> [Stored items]
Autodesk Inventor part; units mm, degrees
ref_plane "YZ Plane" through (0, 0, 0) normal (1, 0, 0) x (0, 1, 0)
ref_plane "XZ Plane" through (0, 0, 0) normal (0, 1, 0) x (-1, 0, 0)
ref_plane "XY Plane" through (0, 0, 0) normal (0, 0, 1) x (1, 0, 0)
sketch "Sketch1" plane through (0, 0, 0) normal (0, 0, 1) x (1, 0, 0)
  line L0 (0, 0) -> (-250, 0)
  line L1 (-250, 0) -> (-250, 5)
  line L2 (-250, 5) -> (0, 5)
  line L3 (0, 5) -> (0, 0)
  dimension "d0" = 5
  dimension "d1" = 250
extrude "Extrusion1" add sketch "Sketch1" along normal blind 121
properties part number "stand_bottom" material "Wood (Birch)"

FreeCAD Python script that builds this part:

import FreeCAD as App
import Part
import Sketcher

V = App.Vector
Q = App.Units.Quantity


def add_polygon(sketch, points):
    """Adds a closed chain of lines whose ends are joined by coincident constraints."""
    first, n = sketch.GeometryCount, len(points)
    for a, b in zip(points, points[1:] + points[:1]):
        sketch.addGeometry(Part.LineSegment(App.Vector(*a, 0), App.Vector(*b, 0)), False)
    for i in range(n):
        sketch.addConstraint(Sketcher.Constraint("Coincident", first + i, 2, first + (i + 1) % n, 1))

doc = App.newDocument("Part")
body = doc.addObject("PartDesign::Body", "Body")

# Sketch on XY plane
sketch1 = body.newObject("Sketcher::SketchObject", "Sketch")
sketch1.AttachmentSupport = (doc.getObject("XY_Plane"), [""])
sketch1.MapMode = "FlatFace"
add_polygon(sketch1, [(-250, 0), (0, 0), (0, 5), (-250, 5)])  # lines 0-3
sketch1.addConstraint(Sketcher.Constraint("Horizontal", 0))
sketch1.addConstraint(Sketcher.Constraint("Vertical", 1))
sketch1.addConstraint(Sketcher.Constraint("Horizontal", 2))
sketch1.addConstraint(Sketcher.Constraint("Vertical", 3))
sketch1.addConstraint(Sketcher.Constraint("Coincident", 0, 2, -1, 1))
sketch1.addConstraint(Sketcher.Constraint("DistanceX", 0, 1, 0, 2, Q("250 mm")))
sketch1.addConstraint(Sketcher.Constraint("DistanceY", 1, 1, 1, 2, Q("5 mm")))
pad1 = body.newObject("PartDesign::Pad", "Pad")
pad1.Profile = sketch1
pad1.Length = 121

doc.recompute()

> [WORK TO BE COMPLETED]
Copy out only the lines running from the beginning of the data to the line with "FreeCAD Python script", both ends included.

> [ANSWER TO THE PROBLEM]
Autodesk Inventor part; units mm, degrees
ref_plane "YZ Plane" through (0, 0, 0) normal (1, 0, 0) x (0, 1, 0)
ref_plane "XZ Plane" through (0, 0, 0) normal (0, 1, 0) x (-1, 0, 0)
ref_plane "XY Plane" through (0, 0, 0) normal (0, 0, 1) x (1, 0, 0)
sketch "Sketch1" plane through (0, 0, 0) normal (0, 0, 1) x (1, 0, 0)
  line L0 (0, 0) -> (-250, 0)
  line L1 (-250, 0) -> (-250, 5)
  line L2 (-250, 5) -> (0, 5)
  line L3 (0, 5) -> (0, 0)
  dimension "d0" = 5
  dimension "d1" = 250
extrude "Extrusion1" add sketch "Sketch1" along normal blind 121
properties part number "stand_bottom" material "Wood (Birch)"

FreeCAD Python script that builds this part:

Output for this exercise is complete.